Jim Rickards joined Max Keiser and Stacy Herbert for a exclusive interview on the global economy and the incoming Trump administration. Max kicked off the show referencing the American humorist Ogeden Nash’s famous quote, “Some debts are fun when you are acquiring them, but none are fun when you set about retiring them.”
During the episode of Double Down Stacy Herbert pressed questions regarding Cuba’s proposal to pay down its debts with… rum. The island nation has extended an offer to the Czech Republic to pay up its estimated $270 million in what it views as a valuable commodity.
To further examine this alternative to paper currency payments the invited guest was none other than Daily Reckoning contributor and bestselling author, Jim Rickards. Rickards literally wrote the book on Currency Wars and has just released his latest New York Times bestseller, The Road to Ruin. Both titles examine the global economy, what happens when nations seek a hard currency, like gold – and more.
When asked by Stacy Herbert “What do you say to the rum to settle debt?” Rickards did not hold back saying, “There is a humourous side to this and a sad side. They don’t have hard currency and the Czech Republic has no interest in whatever currency Cuba is offering to put out.”
“This is part of a larger picture having to do with all major economies outside of the U.S trying to get away from the dollar based system. One of the reasons countries are doing these kinds of swaps is what I call the Axis of Gold – Russia, China, Iran – diversifying away from the dollar and getting out from under sanctions.”
“This is going on in small ways all over the place. It has one thing in common. Get out from under the dollar payment system. The U.S has acted as a bully, and in some ways it has been an extension of foreign policy – but in others it is trying to throw its weight around at a time when people are losing confidence in U.S dollars and U.S debt anyway. Little by little, countries are doing these kind of deals to get away from our payment system.”
When asked about Trump’s new economic team and what he is focused on from the incoming administration Rickards responded, “What I am watching is what I have called ‘The Empire Strikes Back.’ Which is, what do Janet Yellen and her colleagues at the Fed think of Trump? Trump during the campaign said he was going to “fire Janet Yellen” – well of course he can’t fire her. But he can make her life pretty miserable because there are two vacancies on The Federal Open Market Committee (FOMC).”
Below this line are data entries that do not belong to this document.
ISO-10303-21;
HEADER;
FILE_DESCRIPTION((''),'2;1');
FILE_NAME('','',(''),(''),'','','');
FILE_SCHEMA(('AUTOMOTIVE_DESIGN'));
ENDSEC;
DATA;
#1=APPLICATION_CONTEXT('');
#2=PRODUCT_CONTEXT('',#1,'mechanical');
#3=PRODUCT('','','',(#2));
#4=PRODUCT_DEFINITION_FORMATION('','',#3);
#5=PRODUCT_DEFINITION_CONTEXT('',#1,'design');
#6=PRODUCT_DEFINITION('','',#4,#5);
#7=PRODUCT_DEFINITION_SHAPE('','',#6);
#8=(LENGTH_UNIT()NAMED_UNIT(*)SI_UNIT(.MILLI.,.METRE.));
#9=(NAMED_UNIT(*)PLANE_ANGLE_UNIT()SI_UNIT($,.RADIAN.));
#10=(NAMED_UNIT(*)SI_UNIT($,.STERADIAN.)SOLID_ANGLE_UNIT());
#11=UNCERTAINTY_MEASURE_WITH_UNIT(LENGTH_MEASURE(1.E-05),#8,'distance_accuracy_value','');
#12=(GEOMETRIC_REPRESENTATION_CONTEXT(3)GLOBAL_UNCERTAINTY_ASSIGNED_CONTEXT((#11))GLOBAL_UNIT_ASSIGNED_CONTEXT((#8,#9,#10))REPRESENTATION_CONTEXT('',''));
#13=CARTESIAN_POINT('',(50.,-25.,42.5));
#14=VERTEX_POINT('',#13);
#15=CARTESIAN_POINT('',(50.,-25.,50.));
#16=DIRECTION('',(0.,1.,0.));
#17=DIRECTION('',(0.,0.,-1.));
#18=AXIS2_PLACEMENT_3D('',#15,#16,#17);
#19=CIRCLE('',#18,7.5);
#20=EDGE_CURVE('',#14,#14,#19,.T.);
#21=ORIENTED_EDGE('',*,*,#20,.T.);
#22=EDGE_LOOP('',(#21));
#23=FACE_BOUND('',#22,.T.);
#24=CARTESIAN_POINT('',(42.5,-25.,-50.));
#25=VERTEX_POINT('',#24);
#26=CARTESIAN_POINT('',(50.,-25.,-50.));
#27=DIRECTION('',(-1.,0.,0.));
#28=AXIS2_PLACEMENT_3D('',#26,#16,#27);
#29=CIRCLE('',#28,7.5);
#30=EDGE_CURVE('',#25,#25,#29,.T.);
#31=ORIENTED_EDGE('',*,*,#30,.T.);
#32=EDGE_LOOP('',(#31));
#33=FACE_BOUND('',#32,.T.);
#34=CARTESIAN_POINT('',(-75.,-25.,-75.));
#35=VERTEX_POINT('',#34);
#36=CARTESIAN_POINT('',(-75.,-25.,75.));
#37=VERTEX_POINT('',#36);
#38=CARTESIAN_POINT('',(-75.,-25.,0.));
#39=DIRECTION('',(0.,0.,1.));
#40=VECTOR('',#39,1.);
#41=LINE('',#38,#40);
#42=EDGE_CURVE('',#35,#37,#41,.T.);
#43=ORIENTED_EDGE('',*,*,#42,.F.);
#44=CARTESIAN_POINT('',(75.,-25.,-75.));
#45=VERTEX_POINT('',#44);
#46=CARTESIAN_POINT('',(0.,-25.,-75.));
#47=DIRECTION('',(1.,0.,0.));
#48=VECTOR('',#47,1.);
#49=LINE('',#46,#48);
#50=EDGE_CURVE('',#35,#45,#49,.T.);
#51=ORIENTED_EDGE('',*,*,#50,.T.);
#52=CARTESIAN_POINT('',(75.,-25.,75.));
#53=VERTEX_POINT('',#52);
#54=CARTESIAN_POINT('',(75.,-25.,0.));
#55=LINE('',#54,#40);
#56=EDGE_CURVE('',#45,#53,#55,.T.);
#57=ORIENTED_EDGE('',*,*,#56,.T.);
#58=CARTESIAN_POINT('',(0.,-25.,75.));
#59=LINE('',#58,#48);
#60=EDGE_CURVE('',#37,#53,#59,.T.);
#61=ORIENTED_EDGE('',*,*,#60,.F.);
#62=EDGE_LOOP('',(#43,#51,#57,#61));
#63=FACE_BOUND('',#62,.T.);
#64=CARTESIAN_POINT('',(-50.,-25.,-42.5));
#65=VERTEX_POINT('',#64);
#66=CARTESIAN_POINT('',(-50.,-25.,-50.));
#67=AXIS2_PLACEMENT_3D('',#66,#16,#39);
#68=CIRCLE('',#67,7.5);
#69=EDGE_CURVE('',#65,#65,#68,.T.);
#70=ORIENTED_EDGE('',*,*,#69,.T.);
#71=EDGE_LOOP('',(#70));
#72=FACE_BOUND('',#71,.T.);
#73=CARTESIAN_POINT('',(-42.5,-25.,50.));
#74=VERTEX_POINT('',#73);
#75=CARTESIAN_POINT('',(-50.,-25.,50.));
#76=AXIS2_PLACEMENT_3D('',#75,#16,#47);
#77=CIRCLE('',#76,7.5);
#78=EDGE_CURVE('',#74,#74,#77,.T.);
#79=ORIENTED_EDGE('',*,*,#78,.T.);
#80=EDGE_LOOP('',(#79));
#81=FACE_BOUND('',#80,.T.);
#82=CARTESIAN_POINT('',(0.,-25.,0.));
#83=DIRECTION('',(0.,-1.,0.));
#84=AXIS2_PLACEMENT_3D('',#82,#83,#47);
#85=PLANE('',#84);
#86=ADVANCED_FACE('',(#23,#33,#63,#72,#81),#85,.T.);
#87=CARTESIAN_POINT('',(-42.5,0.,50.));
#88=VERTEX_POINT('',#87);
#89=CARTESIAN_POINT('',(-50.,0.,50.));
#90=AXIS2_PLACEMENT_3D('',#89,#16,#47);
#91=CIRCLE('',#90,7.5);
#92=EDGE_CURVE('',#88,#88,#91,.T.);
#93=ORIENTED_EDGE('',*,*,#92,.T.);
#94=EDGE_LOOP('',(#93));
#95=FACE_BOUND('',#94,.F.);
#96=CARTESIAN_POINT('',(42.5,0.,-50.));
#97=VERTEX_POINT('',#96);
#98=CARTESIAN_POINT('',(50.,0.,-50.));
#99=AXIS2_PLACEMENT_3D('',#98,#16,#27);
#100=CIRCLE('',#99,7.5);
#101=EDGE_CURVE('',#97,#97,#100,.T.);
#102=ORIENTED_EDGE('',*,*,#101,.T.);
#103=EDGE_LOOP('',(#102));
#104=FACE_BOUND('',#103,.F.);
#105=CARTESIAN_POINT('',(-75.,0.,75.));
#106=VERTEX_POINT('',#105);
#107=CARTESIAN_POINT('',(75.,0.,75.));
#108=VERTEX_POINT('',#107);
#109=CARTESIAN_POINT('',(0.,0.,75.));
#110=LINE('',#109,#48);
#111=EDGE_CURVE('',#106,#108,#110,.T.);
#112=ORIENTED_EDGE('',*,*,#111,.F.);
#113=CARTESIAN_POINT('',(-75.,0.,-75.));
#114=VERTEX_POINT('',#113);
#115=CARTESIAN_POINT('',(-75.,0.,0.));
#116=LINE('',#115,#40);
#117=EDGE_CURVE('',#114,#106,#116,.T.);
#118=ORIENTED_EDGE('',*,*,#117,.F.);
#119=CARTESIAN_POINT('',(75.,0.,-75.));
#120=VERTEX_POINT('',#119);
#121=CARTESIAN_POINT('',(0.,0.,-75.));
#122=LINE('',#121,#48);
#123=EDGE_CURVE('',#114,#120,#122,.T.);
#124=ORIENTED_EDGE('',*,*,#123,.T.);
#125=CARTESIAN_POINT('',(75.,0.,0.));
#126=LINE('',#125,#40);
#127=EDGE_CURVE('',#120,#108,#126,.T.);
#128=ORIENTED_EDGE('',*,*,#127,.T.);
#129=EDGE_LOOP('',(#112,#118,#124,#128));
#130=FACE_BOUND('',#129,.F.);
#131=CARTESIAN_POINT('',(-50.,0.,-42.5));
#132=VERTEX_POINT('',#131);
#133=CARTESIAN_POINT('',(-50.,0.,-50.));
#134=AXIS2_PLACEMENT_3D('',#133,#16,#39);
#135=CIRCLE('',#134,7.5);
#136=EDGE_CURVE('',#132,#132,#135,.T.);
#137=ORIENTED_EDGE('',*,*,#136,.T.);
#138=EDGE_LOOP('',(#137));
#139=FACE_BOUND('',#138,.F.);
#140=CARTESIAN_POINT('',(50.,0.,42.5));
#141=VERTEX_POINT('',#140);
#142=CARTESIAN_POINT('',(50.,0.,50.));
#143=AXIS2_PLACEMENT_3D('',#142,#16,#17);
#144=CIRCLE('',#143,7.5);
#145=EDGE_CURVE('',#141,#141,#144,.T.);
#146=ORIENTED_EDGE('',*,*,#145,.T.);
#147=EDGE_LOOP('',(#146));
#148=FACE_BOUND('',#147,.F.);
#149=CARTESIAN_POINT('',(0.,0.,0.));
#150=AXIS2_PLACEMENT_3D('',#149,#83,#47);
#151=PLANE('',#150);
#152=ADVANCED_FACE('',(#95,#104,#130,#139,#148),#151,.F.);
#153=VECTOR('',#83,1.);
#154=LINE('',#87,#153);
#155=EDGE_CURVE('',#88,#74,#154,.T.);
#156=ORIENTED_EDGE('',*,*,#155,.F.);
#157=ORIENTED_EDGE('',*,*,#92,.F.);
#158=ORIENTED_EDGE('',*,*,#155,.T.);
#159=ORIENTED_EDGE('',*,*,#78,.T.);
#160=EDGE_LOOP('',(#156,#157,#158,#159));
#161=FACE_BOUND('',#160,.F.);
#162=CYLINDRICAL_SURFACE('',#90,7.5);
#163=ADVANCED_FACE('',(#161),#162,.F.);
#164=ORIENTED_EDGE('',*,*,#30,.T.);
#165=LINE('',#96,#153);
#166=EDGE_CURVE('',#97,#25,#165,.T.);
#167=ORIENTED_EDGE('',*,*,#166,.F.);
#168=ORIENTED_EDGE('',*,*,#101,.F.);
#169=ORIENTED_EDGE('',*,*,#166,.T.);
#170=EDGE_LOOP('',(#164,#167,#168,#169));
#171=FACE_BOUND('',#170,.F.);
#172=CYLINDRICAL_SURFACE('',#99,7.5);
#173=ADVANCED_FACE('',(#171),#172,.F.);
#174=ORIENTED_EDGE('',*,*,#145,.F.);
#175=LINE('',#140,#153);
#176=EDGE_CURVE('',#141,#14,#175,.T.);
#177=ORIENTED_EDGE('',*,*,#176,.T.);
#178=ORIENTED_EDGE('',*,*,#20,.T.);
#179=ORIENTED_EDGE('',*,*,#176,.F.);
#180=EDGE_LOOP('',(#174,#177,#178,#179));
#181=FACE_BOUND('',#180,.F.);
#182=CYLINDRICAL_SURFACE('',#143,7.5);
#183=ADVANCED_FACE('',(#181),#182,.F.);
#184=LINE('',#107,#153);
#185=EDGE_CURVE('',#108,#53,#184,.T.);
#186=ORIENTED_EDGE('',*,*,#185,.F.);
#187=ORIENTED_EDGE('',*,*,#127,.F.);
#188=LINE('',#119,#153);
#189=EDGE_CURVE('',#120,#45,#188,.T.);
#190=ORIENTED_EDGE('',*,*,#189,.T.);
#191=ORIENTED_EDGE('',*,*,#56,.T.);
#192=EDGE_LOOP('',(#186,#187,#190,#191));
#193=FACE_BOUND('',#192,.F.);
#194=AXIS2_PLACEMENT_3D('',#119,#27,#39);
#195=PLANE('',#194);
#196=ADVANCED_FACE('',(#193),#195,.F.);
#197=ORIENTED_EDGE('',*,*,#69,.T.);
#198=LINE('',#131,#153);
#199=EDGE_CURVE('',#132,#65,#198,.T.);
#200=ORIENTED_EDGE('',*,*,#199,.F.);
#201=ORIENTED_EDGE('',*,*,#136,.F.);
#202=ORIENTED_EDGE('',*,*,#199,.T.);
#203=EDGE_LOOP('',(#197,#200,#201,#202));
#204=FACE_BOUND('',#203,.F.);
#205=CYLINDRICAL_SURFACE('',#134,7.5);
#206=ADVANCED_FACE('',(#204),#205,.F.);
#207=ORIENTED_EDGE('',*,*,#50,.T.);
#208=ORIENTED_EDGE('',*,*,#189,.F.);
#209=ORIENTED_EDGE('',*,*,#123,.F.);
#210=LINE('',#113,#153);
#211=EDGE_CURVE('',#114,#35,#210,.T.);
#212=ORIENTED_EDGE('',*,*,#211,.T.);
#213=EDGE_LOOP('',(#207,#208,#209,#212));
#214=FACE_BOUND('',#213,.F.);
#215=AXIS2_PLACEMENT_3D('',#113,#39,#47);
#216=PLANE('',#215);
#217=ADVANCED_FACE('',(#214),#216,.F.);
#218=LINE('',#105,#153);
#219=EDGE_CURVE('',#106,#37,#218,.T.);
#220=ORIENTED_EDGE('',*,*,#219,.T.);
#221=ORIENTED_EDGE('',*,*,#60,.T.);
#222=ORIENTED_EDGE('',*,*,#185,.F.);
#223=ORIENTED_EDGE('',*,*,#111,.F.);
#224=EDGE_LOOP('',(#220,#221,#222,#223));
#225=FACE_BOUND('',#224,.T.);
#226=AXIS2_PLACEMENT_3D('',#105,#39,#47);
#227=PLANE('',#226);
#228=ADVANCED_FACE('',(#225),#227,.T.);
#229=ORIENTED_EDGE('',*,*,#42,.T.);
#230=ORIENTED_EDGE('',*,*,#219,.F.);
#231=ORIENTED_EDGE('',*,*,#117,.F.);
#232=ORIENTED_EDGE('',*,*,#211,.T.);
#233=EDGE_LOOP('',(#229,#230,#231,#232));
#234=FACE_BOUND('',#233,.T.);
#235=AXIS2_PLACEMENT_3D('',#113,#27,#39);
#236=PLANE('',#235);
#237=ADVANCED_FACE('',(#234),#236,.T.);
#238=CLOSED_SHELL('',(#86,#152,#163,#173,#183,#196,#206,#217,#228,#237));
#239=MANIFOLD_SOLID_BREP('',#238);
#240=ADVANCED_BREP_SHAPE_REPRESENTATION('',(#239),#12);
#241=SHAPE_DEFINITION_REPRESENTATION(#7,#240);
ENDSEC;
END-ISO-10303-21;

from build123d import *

# Parameters (mm, degrees)
F0_W     = 150
F0_H     = 150
F1_DEPTH = 25


with BuildPart() as f1:
    # F0 (on Front) → F1 (new body)
    with BuildSketch(Plane.XZ):
        Rectangle(F0_W, F0_H)
        with BuildLine():
            ThreePointArc((-50, 42.5), (-55.3033008589, 55.3033008589), (-42.5, 50))
            Line((-42.5, 50), (42.5, 50))
            ThreePointArc((42.5, 50), (50, 57.5), (57.5, 50))
            ThreePointArc((57.5, 50), (55.3033008589, 44.6966991411), (50, 42.5))
            Line((50, 42.5), (50, -42.5))
            ThreePointArc((50, -42.5), (55.3033008589, -44.6966991411), (57.5, -50))
            ThreePointArc((57.5, -50), (50, -57.5), (42.5, -50))
            Line((42.5, -50), (-42.5, -50))
            ThreePointArc((-42.5, -50), (-55.3033008589, -55.3033008589), (-50, -42.5))
            Line((-50, -42.5), (-50, 42.5))
        make_face(mode=Mode.SUBTRACT)
        with BuildLine():
            Line((42.5, 50), (-42.5, 50))
            ThreePointArc((-42.5, 50), (-44.6966991411, 44.6966991411), (-50, 42.5))
            Line((-50, 42.5), (-50, -42.5))
            ThreePointArc((-50, -42.5), (-44.6966991411, -44.6966991411), (-42.5, -50))
            Line((-42.5, -50), (42.5, -50))
            ThreePointArc((42.5, -50), (44.6966991411, -44.6966991411), (50, -42.5))
            Line((50, -42.5), (50, 42.5))
            ThreePointArc((50, 42.5), (44.6966991411, 44.6966991411), (42.5, 50))
        make_face()
    extrude(amount=F1_DEPTH)


solid = f1.part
“Yellen is bent on raising rates. Probably at the worst possible time and may sink the U.S economy which could cause a recession. Of course they would blame that on Trump. There is a very high level power struggle going on between Democrats on the Federal Reserve Board of Governors and Republicans everywhere else in Washington.”
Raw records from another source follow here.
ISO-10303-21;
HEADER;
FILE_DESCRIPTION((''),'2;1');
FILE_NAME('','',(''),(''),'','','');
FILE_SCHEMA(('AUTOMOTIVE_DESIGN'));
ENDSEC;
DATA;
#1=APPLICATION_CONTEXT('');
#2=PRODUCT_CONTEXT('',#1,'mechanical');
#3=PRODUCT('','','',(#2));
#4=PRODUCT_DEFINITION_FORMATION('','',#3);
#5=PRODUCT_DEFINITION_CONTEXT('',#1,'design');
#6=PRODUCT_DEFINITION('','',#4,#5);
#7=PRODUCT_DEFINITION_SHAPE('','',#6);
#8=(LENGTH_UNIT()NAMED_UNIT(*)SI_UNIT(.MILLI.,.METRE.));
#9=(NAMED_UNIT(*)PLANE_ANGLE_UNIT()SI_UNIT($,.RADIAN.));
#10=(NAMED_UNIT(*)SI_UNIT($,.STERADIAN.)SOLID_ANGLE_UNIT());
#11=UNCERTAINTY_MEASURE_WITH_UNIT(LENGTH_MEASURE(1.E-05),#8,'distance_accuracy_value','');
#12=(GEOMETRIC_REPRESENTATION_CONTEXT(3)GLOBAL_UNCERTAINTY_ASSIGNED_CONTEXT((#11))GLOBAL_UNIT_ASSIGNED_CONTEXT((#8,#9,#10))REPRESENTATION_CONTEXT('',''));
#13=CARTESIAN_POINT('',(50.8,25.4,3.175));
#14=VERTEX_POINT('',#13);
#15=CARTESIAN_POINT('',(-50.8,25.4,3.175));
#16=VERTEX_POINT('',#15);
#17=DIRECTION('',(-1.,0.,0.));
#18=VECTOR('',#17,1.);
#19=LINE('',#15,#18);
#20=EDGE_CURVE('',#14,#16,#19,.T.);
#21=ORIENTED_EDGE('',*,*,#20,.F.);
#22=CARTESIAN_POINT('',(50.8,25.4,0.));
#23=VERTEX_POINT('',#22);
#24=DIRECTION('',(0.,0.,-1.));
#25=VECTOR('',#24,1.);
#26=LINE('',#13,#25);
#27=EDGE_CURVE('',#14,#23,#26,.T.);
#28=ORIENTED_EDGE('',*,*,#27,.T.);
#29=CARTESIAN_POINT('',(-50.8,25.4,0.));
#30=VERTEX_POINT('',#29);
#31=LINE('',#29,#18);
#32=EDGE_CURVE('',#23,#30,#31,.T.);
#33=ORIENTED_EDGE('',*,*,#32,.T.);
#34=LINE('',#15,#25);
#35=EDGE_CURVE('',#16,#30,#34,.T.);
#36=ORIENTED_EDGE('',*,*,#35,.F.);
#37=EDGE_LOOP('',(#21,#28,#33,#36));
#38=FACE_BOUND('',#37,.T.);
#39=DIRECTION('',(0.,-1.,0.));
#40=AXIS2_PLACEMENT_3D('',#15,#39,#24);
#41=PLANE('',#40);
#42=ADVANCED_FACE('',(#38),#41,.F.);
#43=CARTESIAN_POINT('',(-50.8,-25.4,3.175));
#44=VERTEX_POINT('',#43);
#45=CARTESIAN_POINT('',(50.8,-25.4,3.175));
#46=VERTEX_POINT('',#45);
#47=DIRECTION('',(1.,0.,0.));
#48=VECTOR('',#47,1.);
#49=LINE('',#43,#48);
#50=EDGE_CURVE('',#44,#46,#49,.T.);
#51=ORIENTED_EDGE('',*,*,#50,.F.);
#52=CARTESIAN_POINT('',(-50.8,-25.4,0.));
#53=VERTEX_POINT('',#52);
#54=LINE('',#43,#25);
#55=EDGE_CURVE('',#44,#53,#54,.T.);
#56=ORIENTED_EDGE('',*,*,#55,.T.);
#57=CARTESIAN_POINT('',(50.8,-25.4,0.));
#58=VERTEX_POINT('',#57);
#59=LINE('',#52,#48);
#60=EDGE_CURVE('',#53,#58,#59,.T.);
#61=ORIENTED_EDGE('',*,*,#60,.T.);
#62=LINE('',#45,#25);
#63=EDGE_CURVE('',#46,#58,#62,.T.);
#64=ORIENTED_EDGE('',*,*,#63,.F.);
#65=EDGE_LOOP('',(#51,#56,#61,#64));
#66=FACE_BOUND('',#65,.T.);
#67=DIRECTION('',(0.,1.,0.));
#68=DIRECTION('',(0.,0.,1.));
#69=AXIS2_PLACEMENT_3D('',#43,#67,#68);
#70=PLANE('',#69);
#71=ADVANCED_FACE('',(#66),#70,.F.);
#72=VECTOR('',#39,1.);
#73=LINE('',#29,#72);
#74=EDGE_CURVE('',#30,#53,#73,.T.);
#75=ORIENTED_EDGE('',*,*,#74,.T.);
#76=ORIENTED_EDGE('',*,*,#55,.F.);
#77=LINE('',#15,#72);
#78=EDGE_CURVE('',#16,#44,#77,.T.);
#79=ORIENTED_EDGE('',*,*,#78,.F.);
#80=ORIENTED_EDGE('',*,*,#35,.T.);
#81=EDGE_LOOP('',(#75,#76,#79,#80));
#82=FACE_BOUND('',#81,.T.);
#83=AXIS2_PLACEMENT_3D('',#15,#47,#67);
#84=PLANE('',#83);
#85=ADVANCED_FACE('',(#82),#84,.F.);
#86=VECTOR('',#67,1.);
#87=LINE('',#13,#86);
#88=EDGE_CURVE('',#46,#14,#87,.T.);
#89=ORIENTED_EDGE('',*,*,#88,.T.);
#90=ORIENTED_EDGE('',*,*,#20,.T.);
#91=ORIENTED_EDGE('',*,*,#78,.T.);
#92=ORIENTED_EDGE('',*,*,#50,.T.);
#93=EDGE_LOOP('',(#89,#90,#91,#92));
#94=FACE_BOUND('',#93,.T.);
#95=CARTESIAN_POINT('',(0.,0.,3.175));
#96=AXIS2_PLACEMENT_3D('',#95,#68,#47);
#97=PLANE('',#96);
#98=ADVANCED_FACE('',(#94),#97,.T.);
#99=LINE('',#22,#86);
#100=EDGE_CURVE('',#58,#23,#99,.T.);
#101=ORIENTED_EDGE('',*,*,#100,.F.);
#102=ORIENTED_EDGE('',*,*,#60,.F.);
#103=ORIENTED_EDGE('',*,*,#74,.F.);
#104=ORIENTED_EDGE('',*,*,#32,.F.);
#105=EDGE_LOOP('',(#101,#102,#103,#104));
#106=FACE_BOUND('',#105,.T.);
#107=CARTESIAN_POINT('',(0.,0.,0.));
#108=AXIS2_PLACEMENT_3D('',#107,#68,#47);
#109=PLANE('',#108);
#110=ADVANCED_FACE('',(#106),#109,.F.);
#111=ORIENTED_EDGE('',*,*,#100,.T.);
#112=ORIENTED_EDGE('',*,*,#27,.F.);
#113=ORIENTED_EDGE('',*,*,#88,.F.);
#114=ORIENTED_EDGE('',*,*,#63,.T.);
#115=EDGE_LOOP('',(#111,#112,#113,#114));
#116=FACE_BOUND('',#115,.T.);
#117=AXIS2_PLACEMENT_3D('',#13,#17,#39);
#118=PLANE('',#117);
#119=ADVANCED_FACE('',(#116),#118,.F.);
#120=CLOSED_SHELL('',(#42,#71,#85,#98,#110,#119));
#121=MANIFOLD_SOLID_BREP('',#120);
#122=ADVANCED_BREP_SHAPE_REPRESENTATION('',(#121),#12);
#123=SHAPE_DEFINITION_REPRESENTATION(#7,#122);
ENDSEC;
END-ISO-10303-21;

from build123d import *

# Parameters (mm, degrees)
SKETCH1_W           = 101.6
SKETCH1_H           = 50.8
BOSS_EXTRUDE1_DEPTH = 3.175


with BuildPart() as part:
    # Sketch1 → Boss-Extrude1 (new body)
    with BuildSketch(Plane.XY):
        Rectangle(SKETCH1_W, SKETCH1_H)
    extrude(amount=BOSS_EXTRUDE1_DEPTH)


solid = part.part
Rickards went on to remark that, “A lot of people know that Janet Yellen’s term as Chair is over in 2018. But, she has a separate term that goes until 2028. She could remain on the board, though she won’t be chairman. She could stay on the Board for another ten years and be a dissenter and a “pain in the neck” for Trump. This is going to play out in interesting ways.”
When prompted on his thoughts regarding China and its dollar policy he noted, “They are buying gold. They are creating a hedge to U.S treasury. So that way, if the U.S resorts to inflation (which we always do sooner or later) the treasuries will be worth less but the gold will be worth more. Conversely, if we have price stability gold might not do much but the treasuries will pay off in real value. So the Chinese win either way. But they are still completely vulnerable. The U.S is on the path to being like Greece or Italy at this stage… But China is worse. So, in this poker game I would rather be the U.S.”
In a brilliant shift, Max Keiser took it all back to Wall Street and the big banks asking what to expect from the Trump administration and banking? Rickards quickly responded, “The banking system is inherently a ponzi. They are not creating value. They extract value from the system and give nothing back. They can’t have it both ways. You cannot have a government guaranteed liability side of the balance sheet and a free market asset side. If you are going to have government guaranteed asset sides (FDIC) and subsidies for your liabilities you are going to have to regulate the assets.”